Create http fni -site into /etc/nginx/sites-available (replace jed with your favourite editor)

jed /etc/nginx/sites-available/fni-http.conf

Add add following contents:

server {
  listen 80;
  server_name www.forgeandillusion.net;
  root /usr/share/nginx/html;
  location ~ /.well-known {
    allow all;
  }

  location / {
    return 301 https://$server_name$request_uri;
  }  
}

Enable http site

sudo ln -s /etc/nginx/sites-available/fni-http.conf /etc/nginx/sites-enabled/fni-http.conf
sudo service nginx restart

Configure https

Install Let's encrypt

sudo apt install software-properties-common
sudo add-apt-repository ppa:certbot/certbot
sudo apt update
sudo apt install python-certbot-nginx

Create dhparam cert

sudo openssl dhparam -dsaparam -out /etc/ssl/certs/dhparam.pem 2048

Obtain SSL Certificate

sudo certbot --nginx -d www.forgeandillusion.net

Choose to redirect HTTP traffic to HTTPS when asked

Remove Let's encrypt generated contents from /etc/nginx/sites-available/fni-http.conf

sudo rm /etc/nginx/sites-available/fni-http.conf

Recreate the file (replace jed with your favourite editor)

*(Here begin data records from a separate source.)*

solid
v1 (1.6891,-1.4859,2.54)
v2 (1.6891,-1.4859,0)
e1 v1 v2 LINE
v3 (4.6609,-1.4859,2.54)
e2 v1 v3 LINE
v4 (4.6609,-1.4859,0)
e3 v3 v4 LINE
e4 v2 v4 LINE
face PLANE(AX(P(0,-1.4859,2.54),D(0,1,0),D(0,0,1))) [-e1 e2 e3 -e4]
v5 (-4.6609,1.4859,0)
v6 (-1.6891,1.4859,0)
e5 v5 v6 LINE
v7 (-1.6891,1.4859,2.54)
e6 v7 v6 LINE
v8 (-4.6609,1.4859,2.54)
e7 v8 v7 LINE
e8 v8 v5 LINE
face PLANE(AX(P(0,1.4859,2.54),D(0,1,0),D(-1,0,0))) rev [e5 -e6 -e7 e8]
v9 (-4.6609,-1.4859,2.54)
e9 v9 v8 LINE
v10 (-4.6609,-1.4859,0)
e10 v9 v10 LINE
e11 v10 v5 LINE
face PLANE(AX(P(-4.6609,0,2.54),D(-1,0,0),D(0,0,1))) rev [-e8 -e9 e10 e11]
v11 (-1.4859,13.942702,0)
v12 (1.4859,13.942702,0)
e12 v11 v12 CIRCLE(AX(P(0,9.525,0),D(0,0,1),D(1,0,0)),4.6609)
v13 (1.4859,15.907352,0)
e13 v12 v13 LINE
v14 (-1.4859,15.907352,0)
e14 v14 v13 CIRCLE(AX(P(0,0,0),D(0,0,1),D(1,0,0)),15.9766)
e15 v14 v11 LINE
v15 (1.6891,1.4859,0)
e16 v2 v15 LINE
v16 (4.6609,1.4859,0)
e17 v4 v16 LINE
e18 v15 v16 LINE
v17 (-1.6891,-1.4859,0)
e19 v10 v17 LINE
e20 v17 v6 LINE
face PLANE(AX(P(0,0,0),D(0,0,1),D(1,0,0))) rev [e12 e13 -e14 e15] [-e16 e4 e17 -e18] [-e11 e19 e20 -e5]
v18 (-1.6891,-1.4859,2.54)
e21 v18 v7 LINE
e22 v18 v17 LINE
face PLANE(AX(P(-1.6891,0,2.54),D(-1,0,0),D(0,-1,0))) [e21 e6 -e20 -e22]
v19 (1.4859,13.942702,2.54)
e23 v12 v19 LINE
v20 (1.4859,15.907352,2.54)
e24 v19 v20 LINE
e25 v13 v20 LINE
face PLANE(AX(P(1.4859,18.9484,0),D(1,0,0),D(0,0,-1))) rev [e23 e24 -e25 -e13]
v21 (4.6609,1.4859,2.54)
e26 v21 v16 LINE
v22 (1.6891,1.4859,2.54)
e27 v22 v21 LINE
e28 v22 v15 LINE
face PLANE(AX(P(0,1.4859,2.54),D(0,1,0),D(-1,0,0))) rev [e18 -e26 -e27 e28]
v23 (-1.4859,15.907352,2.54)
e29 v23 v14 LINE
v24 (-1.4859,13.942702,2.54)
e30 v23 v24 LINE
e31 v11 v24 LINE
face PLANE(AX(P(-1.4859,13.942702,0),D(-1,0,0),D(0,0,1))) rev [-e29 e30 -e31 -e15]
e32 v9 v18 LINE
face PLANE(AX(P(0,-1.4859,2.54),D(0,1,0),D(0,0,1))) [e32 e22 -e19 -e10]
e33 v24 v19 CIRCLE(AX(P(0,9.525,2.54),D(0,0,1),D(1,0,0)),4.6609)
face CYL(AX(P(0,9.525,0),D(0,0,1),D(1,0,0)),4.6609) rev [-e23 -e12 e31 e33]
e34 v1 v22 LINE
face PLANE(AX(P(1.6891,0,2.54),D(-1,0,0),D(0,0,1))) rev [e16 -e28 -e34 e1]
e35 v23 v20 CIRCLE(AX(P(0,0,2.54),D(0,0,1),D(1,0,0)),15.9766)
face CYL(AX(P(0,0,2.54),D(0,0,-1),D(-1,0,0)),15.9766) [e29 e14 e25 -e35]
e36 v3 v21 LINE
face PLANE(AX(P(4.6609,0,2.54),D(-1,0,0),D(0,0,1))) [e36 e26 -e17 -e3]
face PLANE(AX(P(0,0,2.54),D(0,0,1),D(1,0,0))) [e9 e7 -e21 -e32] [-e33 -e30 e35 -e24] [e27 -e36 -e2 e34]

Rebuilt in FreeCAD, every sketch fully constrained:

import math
import FreeCAD as App
import Part
import Sketcher
Q = App.Units.Quantity


def add_polygon(sketch, points):
    """Adds a closed chain of lines whose ends are joined by coincident constraints."""
    first, n = sketch.GeometryCount, len(points)
    for a, b in zip(points, points[1:] + points[:1]):
        sketch.addGeometry(Part.LineSegment(App.Vector(*a, 0), App.Vector(*b, 0)), False)
    for i in range(n):
        sketch.addConstraint(Sketcher.Constraint("Coincident", first + i, 2, first + (i + 1) % n, 1))

doc = App.newDocument("Part")
body = doc.addObject("PartDesign::Body", "Body")

sketch1 = body.newObject("Sketcher::SketchObject", "Sketch")
sketch1.AttachmentSupport = (doc.getObject("XY_Plane"), [""])
sketch1.MapMode = "FlatFace"
sketch1.addGeometry(Part.Circle(App.Vector(0, 0, 0), App.Vector(0, 0, 1), 16), False)
add_polygon(sketch1, [(-1.7, -1.5), (-4.7, -1.5), (-4.7, 1.5), (-1.7, 1.5)])
add_polygon(sketch1, [(4.7, -1.5), (1.7, -1.5), (1.7, 1.5), (4.7, 1.5)])
sketch1.addConstraint(Sketcher.Constraint("Horizontal", 1))
sketch1.addConstraint(Sketcher.Constraint("Vertical", 2))
sketch1.addConstraint(Sketcher.Constraint("Horizontal", 3))
sketch1.addConstraint(Sketcher.Constraint("Vertical", 4))
sketch1.addConstraint(Sketcher.Constraint("Horizontal", 5))
sketch1.addConstraint(Sketcher.Constraint("Vertical", 6))
sketch1.addConstraint(Sketcher.Constraint("Horizontal", 7))
sketch1.addConstraint(Sketcher.Constraint("Vertical", 8))
sketch1.addConstraint(Sketcher.Constraint("Coincident", 0, 3, -1, 1))
sketch1.addConstraint(Sketcher.Constraint("Symmetric", 3, 2, 5, 2, -1, 1))
sketch1.addConstraint(Sketcher.Constraint("Symmetric", 1, 2, 7, 2, -1, 1))
sketch1.addConstraint(Sketcher.Constraint("Horizontal", 4, 2, 5, 2))
sketch1.addConstraint(Sketcher.Constraint("Equal", 7, 2))
sketch1.addConstraint(Sketcher.Constraint("Diameter", 0, Q("1.258 in")))
sketch1.addConstraint(Sketcher.Constraint("DistanceX", 1, 2, 1, 1, Q("0.117 in")))
sketch1.addConstraint(Sketcher.Constraint("DistanceX", 1, 2, 5, 2, Q("0.25 in")))
pad1 = body.newObject("PartDesign::Pad", "Pad")
pad1.Profile = sketch1
pad1.Length = Q("0.1 in")

sketch2 = body.newObject("Sketcher::SketchObject", "Sketch001")
sketch2.AttachmentSupport = (doc.getObject("XY_Plane"), [""])
sketch2.MapMode = "FlatFace"
sketch2.AttachmentOffset = App.Placement(App.Vector(0, 0, 0.1 * 25.4), App.Rotation())
sketch2.addGeometry(Part.LineSegment(App.Vector(-1.5, 18.9, 0), App.Vector(-1.5, 13.9, 0)), False)
sketch2.addGeometry(Part.ArcOfCircle(Part.Circle(App.Vector(0, 9.5, 0), App.Vector(0, 0, 1), 4.7), math.radians(109), math.radians(431)), False)
sketch2.addGeometry(Part.LineSegment(App.Vector(1.5, 13.9, 0), App.Vector(1.5, 18.9, 0)), False)
sketch2.addGeometry(Part.LineSegment(App.Vector(1.5, 18.9, 0), App.Vector(-1.5, 18.9, 0)), False)
sketch2.addConstraint(Sketcher.Constraint("Coincident", 0, 2, 1, 1))
sketch2.addConstraint(Sketcher.Constraint("Coincident", 1, 2, 2, 1))
sketch2.addConstraint(Sketcher.Constraint("Coincident", 2, 2, 3, 1))
sketch2.addConstraint(Sketcher.Constraint("Coincident", 3, 2, 0, 1))
sketch2.addConstraint(Sketcher.Constraint("Vertical", 0))
sketch2.addConstraint(Sketcher.Constraint("Vertical", 2))
sketch2.addConstraint(Sketcher.Constraint("Horizontal", 3))
sketch2.addConstraint(Sketcher.Constraint("Symmetric", 0, 2, 1, 2, -2))
sketch2.addConstraint(Sketcher.Constraint("Radius", 1, Q("0.1835 in")))
sketch2.addConstraint(Sketcher.Constraint("DistanceX", 3, 2, 3, 1, Q("0.117 in")))
sketch2.addConstraint(Sketcher.Constraint("DistanceY", -1, 1, 1, 3, Q("0.375 in")))
sketch2.addConstraint(Sketcher.Constraint("DistanceY", -1, 1, 2, 2, Q("0.746 in")))
pocket1 = body.newObject("PartDesign::Pocket", "Pocket")
pocket1.Profile = sketch2
pocket1.Length = Q("0.1 in")

doc.recompute()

jed /etc/nginx/sites-available/fni-http.conf

Add add following contents again:

server {
  listen 80;
  server_name www.forgeandillusion.net;
  root /usr/share/nginx/html;
  location ~ /.well-known {
    allow all;
  }

  location / {
    return 301 https://$server_name$request_uri;
  }  
}

Create https fni -site into /etc/nginx/sites-available (replace jed with your favourite editor)

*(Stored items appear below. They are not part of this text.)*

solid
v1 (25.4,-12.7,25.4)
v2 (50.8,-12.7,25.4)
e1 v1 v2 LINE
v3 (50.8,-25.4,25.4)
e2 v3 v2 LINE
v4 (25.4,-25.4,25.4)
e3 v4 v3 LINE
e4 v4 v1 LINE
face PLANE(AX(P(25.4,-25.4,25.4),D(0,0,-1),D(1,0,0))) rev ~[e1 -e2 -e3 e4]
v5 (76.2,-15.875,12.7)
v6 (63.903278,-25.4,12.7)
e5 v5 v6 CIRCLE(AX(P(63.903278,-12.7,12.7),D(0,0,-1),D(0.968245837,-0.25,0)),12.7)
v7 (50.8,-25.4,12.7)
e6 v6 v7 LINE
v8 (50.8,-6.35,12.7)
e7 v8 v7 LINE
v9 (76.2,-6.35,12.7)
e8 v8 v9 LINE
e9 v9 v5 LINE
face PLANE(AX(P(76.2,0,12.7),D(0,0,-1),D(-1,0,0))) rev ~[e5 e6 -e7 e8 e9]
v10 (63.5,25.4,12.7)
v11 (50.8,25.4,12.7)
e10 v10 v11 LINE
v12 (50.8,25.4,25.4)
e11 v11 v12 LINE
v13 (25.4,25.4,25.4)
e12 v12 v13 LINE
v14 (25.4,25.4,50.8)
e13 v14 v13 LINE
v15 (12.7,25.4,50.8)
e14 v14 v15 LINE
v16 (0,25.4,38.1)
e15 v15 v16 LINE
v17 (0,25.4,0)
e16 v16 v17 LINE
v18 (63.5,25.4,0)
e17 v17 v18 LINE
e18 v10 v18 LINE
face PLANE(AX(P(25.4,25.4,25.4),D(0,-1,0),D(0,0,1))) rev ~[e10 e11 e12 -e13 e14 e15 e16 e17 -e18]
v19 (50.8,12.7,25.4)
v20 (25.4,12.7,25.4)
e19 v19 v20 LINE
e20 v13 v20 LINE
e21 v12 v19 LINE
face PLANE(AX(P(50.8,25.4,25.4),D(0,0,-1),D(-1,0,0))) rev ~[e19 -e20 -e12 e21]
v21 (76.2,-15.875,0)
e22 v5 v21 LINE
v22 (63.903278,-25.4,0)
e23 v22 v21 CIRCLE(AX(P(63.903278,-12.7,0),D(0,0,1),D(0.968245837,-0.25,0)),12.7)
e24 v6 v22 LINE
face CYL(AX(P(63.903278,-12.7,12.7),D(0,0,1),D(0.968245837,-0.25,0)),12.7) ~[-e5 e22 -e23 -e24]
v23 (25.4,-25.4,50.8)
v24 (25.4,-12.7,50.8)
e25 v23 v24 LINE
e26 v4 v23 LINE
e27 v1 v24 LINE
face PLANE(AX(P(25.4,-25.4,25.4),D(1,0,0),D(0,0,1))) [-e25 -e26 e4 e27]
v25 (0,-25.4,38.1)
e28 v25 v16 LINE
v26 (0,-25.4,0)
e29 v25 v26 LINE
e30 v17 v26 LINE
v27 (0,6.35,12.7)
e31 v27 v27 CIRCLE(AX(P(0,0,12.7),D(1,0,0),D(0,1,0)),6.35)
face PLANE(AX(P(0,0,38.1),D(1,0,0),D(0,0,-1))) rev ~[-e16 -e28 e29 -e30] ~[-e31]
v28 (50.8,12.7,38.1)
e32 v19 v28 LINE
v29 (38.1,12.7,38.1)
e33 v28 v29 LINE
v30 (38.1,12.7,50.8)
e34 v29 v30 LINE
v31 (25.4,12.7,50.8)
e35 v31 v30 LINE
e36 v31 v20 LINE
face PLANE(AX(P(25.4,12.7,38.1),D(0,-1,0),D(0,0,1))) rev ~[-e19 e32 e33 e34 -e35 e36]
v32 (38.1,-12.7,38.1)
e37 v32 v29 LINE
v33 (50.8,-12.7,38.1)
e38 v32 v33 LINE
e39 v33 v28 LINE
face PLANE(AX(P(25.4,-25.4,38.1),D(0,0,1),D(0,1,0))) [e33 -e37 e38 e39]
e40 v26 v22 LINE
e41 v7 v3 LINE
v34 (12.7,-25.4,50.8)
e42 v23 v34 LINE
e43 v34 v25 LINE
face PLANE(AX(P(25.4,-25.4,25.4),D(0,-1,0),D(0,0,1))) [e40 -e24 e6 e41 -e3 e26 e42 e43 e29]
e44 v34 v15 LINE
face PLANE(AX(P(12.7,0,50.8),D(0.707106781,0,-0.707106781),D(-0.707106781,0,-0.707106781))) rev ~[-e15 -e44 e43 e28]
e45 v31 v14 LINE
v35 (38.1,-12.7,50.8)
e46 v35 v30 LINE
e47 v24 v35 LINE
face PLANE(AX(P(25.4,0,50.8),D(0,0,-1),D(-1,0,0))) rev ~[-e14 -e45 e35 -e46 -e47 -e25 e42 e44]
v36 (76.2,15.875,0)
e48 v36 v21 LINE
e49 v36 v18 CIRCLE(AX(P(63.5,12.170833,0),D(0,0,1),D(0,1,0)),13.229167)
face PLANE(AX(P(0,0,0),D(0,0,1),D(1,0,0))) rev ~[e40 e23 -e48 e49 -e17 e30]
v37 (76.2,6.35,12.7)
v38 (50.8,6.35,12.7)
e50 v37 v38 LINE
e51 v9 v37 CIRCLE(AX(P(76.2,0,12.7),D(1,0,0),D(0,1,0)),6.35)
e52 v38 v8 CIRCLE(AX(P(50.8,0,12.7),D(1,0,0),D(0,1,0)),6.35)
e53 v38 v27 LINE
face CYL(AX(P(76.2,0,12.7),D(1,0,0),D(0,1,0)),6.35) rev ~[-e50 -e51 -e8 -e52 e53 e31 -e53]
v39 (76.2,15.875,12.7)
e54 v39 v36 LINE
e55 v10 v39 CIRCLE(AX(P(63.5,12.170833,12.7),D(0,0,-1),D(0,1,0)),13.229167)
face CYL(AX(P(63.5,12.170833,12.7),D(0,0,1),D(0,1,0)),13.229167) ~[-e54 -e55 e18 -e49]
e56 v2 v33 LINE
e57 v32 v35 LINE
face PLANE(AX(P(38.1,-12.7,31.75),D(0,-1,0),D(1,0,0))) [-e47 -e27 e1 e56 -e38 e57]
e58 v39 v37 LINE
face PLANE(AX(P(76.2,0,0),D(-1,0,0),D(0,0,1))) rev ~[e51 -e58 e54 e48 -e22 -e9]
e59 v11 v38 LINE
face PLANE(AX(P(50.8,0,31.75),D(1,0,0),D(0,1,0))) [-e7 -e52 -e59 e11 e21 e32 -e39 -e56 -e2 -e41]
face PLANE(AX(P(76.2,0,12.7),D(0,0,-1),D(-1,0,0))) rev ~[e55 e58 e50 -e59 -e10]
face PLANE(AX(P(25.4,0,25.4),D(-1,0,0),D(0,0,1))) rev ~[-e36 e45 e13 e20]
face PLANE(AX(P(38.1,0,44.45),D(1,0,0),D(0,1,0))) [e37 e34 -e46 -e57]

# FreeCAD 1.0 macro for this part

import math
import FreeCAD as App
import Part
import Sketcher

V = App.Vector
Q = App.Units.Quantity


def add_polygon(sketch, points):
    """Adds a closed chain of lines whose ends are joined by coincident constraints."""
    first, n = sketch.GeometryCount, len(points)
    for a, b in zip(points, points[1:] + points[:1]):
        sketch.addGeometry(Part.LineSegment(App.Vector(*a, 0), App.Vector(*b, 0)), False)
    for i in range(n):
        sketch.addConstraint(Sketcher.Constraint("Coincident", first + i, 2, first + (i + 1) % n, 1))

doc = App.newDocument("Part")
body = doc.addObject("PartDesign::Body", "Body")

sketch1 = body.newObject("Sketcher::SketchObject", "Sketch")
sketch1.AttachmentSupport = (doc.getObject("XZ_Plane"), [""])
sketch1.MapMode = "FlatFace"
add_polygon(sketch1, [(0, 38), (0, 0), (76, 0), (76, 13), (51, 13), (51, 25), (25, 25), (25, 51), (13, 51)])
sketch1.addConstraint([
    Sketcher.Constraint("Vertical", 0),
    Sketcher.Constraint("Horizontal", 1),
    Sketcher.Constraint("Vertical", 2),
    Sketcher.Constraint("Horizontal", 3),
    Sketcher.Constraint("Vertical", 4),
    Sketcher.Constraint("Horizontal", 5),
    Sketcher.Constraint("Vertical", 6),
    Sketcher.Constraint("Horizontal", 7),
    Sketcher.Constraint("Coincident", 0, 2, -1, 1),
    Sketcher.Constraint("Equal", 3, 5),
    Sketcher.Constraint("Equal", 7, 2),
    Sketcher.Constraint("Equal", 2, 4),
    Sketcher.Constraint("Equal", 5, 6),
    Sketcher.Constraint("DistanceX", 1, 1, 1, 2, Q("3 in")),
    Sketcher.Constraint("DistanceX", 3, 2, 3, 1, Q("1 in")),
    Sketcher.Constraint("DistanceX", 7, 2, 7, 1, Q("0.5 in")),
    Sketcher.Constraint("DistanceY", 0, 2, 0, 1, Q("1.5 in")),
])
pad1 = body.newObject("PartDesign::Pad", "Pad")
pad1.Profile = sketch1
pad1.Type = "TwoLengths"
pad1.Length = Q("1 in")
pad1.Length2 = Q("1 in")
pad1.Reversed = True

sketch2 = body.newObject("Sketcher::SketchObject", "Sketch001")
sketch2.AttachmentSupport = (doc.getObject("YZ_Plane"), [""])
sketch2.MapMode = "FlatFace"
sketch2.AttachmentOffset = App.Placement(V(0, 0, 1 * 25.4), App.Rotation())
add_polygon(sketch2, [(-13, 51), (-13, 38), (13, 38), (13, 51)])
sketch2.addConstraint([
    Sketcher.Constraint("Vertical", 0),
    Sketcher.Constraint("Horizontal", 1),
    Sketcher.Constraint("Vertical", 2),
    Sketcher.Constraint("Horizontal", 3),
    Sketcher.Constraint("DistanceX", 1, 1, 1, 2, Q("1 in")),
    Sketcher.Constraint("DistanceY", 0, 2, 0, 1, Q("0.5 in")),
    Sketcher.Constraint("DistanceY", -1, 1, 2, 2, Q("2 in")),
    Sketcher.Constraint("DistanceX", 0, 2, -1, 1, Q("0.5 in")),
])
pad2 = body.newObject("PartDesign::Pad", "Pad001")
pad2.Profile = sketch2
pad2.Length = Q("0.5 in")

sketch3 = body.newObject("Sketcher::SketchObject", "Sketch002")
sketch3.AttachmentSupport = (doc.getObject("YZ_Plane"), [""])
sketch3.MapMode = "FlatFace"
sketch3.AttachmentOffset = App.Placement(V(0, 0, 1 * 25.4), App.Rotation())
add_polygon(sketch3, [(-25, 38), (-25, 25), (25, 25), (25, 38)])
sketch3.addConstraint([
    Sketcher.Constraint("Vertical", 0),
    Sketcher.Constraint("Horizontal", 1),
    Sketcher.Constraint("Vertical", 2),
    Sketcher.Constraint("Horizontal", 3),
    Sketcher.Constraint("DistanceX", 1, 1, 1, 2, Q("2 in")),
    Sketcher.Constraint("DistanceY", 0, 2, 0, 1, Q("0.5 in")),
    Sketcher.Constraint("DistanceX", 0, 2, -1, 1, Q("1 in")),
    Sketcher.Constraint("DistanceY", -1, 1, 0, 2, Q("1 in")),
])
pad3 = body.newObject("PartDesign::Pad", "Pad002")
pad3.Profile = sketch3
pad3.Length = Q("1 in")

sketch4 = body.newObject("Sketcher::SketchObject", "Sketch003")
sketch4.AttachmentSupport = (doc.getObject("XZ_Plane"), [""])
sketch4.MapMode = "FlatFace"
sketch4.AttachmentOffset = App.Placement(V(0, 0, 1 * 25.4), App.Rotation())
add_polygon(sketch4, [(25, 38), (25, 25), (51, 25), (51, 38)])
sketch4.addConstraint([
    Sketcher.Constraint("Vertical", 0),
    Sketcher.Constraint("Horizontal", 1),
    Sketcher.Constraint("Vertical", 2),
    Sketcher.Constraint("Horizontal", 3),
    Sketcher.Constraint("DistanceX", 1, 1, 1, 2, Q("1 in")),
    Sketcher.Constraint("DistanceY", 0, 2, 0, 1, Q("0.5 in")),
    Sketcher.Constraint("DistanceX", -1, 1, 0, 2, Q("1 in")),
    Sketcher.Constraint("DistanceY", -1, 1, 0, 2, Q("1 in")),
])
pocket1 = body.newObject("PartDesign::Pocket", "Pocket")
pocket1.Profile = sketch4
pocket1.Length = Q("0.5 in")

sketch5 = body.newObject("Sketcher::SketchObject", "Sketch004")
sketch5.AttachmentSupport = (doc.getObject("XZ_Plane"), [""])
sketch5.MapMode = "FlatFace"
sketch5.AttachmentOffset = App.Placement(V(0, 0, -1 * 25.4), App.Rotation())
add_polygon(sketch5, [(51, 38), (51, 25), (25, 25), (25, 38)])
sketch5.addConstraint([
    Sketcher.Constraint("Vertical", 0),
    Sketcher.Constraint("Horizontal", 1),
    Sketcher.Constraint("Vertical", 2),
    Sketcher.Constraint("Horizontal", 3),
    Sketcher.Constraint("DistanceX", 1, 2, 1, 1, Q("1 in")),
    Sketcher.Constraint("DistanceY", 0, 2, 0, 1, Q("0.5 in")),
    Sketcher.Constraint("DistanceX", -1, 1, 0, 2, Q("2 in")),
    Sketcher.Constraint("DistanceY", -1, 1, 0, 2, Q("1 in")),
])
pocket2 = body.newObject("PartDesign::Pocket", "Pocket001")
pocket2.Profile = sketch5
pocket2.Length = Q("0.5 in")
pocket2.Reversed = True

sketch6 = body.newObject("Sketcher::SketchObject", "Sketch005")
sketch6.AttachmentSupport = (doc.getObject("YZ_Plane"), [""])
sketch6.MapMode = "FlatFace"
sketch6.AttachmentOffset = App.Placement(V(0, 0, 3 * 25.4), App.Rotation())
sketch6.addGeometry(Part.Circle(V(0, 13, 0), V(0, 0, 1), 6), False)
sketch6.addConstraint([
    Sketcher.Constraint("PointOnObject", 0, 3, -2),
    Sketcher.Constraint("Diameter", 0, Q("0.5 in")),
    Sketcher.Constraint("DistanceY", -1, 1, 0, 3, Q("0.5 in")),
])
pocket3 = body.newObject("PartDesign::Pocket", "Pocket002")
pocket3.Profile = sketch6
pocket3.Type = "ThroughAll"

sketch7 = body.newObject("Sketcher::SketchObject", "Sketch006")
sketch7.AttachmentSupport = (doc.getObject("XY_Plane"), [""])
sketch7.MapMode = "FlatFace"
sketch7.AttachmentOffset = App.Placement(V(0, 0, 0.5 * 25.4), App.Rotation())
sketch7.addGeometry([
    Part.LineSegment(V(76, -25, 0), V(76, -16, 0)),
    Part.ArcOfCircle(Part.Circle(V(64, -13, 0), V(0, 0, 1), 13), math.radians(-90), math.radians(-14)),
    Part.LineSegment(V(64, -25, 0), V(76, -25, 0)),
], False)
sketch7.addConstraint([
    Sketcher.Constraint("Coincident", 0, 2, 1, 2),
    Sketcher.Constraint("Tangent", 1, 1, 2, 1),
    Sketcher.Constraint("Coincident", 2, 2, 0, 1),
    Sketcher.Constraint("Vertical", 0),
    Sketcher.Constraint("Horizontal", 2),
    Sketcher.Constraint("Radius", 1, Q("0.5 in")),
    Sketcher.Constraint("DistanceX", -1, 1, 0, 2, Q("3 in")),
    Sketcher.Constraint("DistanceY", 1, 1, -1, 1, Q("1 in")),
    Sketcher.Constraint("DistanceY", 0, 1, 0, 2, Q("0.375 in")),
])
pocket4 = body.newObject("PartDesign::Pocket", "Pocket003")
pocket4.Profile = sketch7
pocket4.Type = "ThroughAll"

sketch8 = body.newObject("Sketcher::SketchObject", "Sketch007")
sketch8.AttachmentSupport = (doc.getObject("XY_Plane"), [""])
sketch8.MapMode = "FlatFace"
sketch8.AttachmentOffset = App.Placement(V(0, 0, 0.5 * 25.4), App.Rotation())
sketch8.addGeometry([
    Part.ArcOfCircle(Part.Circle(V(64, 12, 0), V(0, 0, 1), 13), math.radians(16), math.radians(90)),
    Part.LineSegment(V(76, 16, 0), V(76, 25, 0)),
    Part.LineSegment(V(76, 25, 0), V(64, 25, 0)),
], False)
sketch8.addConstraint([
    Sketcher.Constraint("Coincident", 0, 1, 1, 1),
    Sketcher.Constraint("Coincident", 1, 2, 2, 1),
    Sketcher.Constraint("Tangent", 2, 2, 0, 2),
    Sketcher.Constraint("Vertical", 1),
    Sketcher.Constraint("Horizontal", 2),
    Sketcher.Constraint("DistanceX", 2, 2, 2, 1, Q("0.5 in")),
    Sketcher.Constraint("DistanceX", -1, 1, 0, 1, Q("3 in")),
    Sketcher.Constraint("DistanceY", -1, 1, 1, 2, Q("1 in")),
    Sketcher.Constraint("DistanceY", 1, 1, 1, 2, Q("0.375 in")),
])
pocket5 = body.newObject("PartDesign::Pocket", "Pocket004")
pocket5.Profile = sketch8
pocket5.Type = "ThroughAll"

doc.recompute()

jed /etc/nginx/sites-available/fni-https.conf

Add add following contents:

server {
    listen 443 ssl default_server;
    server_name www.forgeandillusion.net;
    root /usr/share/nginx/html;
    ssl_certificate /etc/letsencrypt/live/www.forgeandillusion.net/fullchain.pem;
    ssl_certificate_key /etc/letsencrypt/live/www.forgeandillusion.net/privkey.pem;
    ssl_protocols TLSv1 TLSv1.1 TLSv1.2;
    ssl_prefer_server_ciphers on;
    ssl_dhparam /etc/ssl/certs/dhparam.pem;
    ssl_ciphers ECDHE-RSA-AES128-GCM-SHA256:ECDHE-ECDSA-AES128-GCM-SHA256:ECDHE-RSA-AES256-GCM-SHA384:ECDHE-ECDSA-AES256-GCM-SHA384:DHE-RSA-AES128-GCM-SHA256:DHE-DSS-AES128-GCM-SHA256:kEDH+AESGCM:ECDHE-RSA-AES128-SHA256:ECDHE-ECDSA-AES128-SHA256:ECDHE-RSA-AES128-SHA:ECDHE-ECDSA-AES128-SHA:ECDHE-RSA-AES256-SHA384:ECDHE-ECDSA-AES256-SHA384:ECDHE-RSA-AES256-SHA:ECDHE-ECDSA-AES256-SHA:DHE-RSA-AES128-SHA256:DHE-RSA-AES128-SHA:DHE-DSS-AES128-SHA256:DHE-RSA-AES256-SHA256:DHE-DSS-AES256-SHA:DHE-RSA-AES256-SHA:AES128-GCM-SHA256:AES256-GCM-SHA384:AES128-SHA256:AES256-SHA256:AES128-SHA:AES256-SHA:AES:CAMELLIA:DES-CBC3-SHA:!aNULL:!eNULL:!EXPORT:!DES:!RC4:!MD5:!PSK:!aECDH:!EDH-DSS-DES-CBC3-SHA:!EDH-RSA-DES-CBC3-SHA:!KRB5-DES-CBC3-SHA;
    ssl_session_timeout 1d;
    ssl_session_cache shared:SSL:50m;
    ssl_stapling on;
    ssl_stapling_verify on;
    client_max_body_size 200M;

    location / {
      proxy_pass http://localhost:8080;
      proxy_http_version 1.1;
      proxy_buffering off;
      client_max_body_size 150M;
      proxy_set_header X-Real-IP $remote_addr;
      proxy_set_header Host $host;
      proxy_set_header X-Forwarded-Proto https;
      proxy_set_header X-Forwarded-For $proxy_add_x_forwarded_for;
      add_header Strict-Transport-Security max-age=15768000;
      proxy_read_timeout 1m;
    }
}

Enable https site

sudo ln -s /etc/nginx/sites-available/fni-https.conf /etc/nginx/sites-enabled/fni-https.conf
sudo service nginx restart

Now you should be able to navigate into the application with your web browser.

Search data reindex

When your system is up and running, you should reindex Hibernate Search data. You can do this by navigating into following address with web brower:

https://www.forgeandillusion.net/admin/reindex-hibernate-search

Optimization

For production environment you should tweak memory settings in /opt/wildfly/bin/standalone.conf to match your server.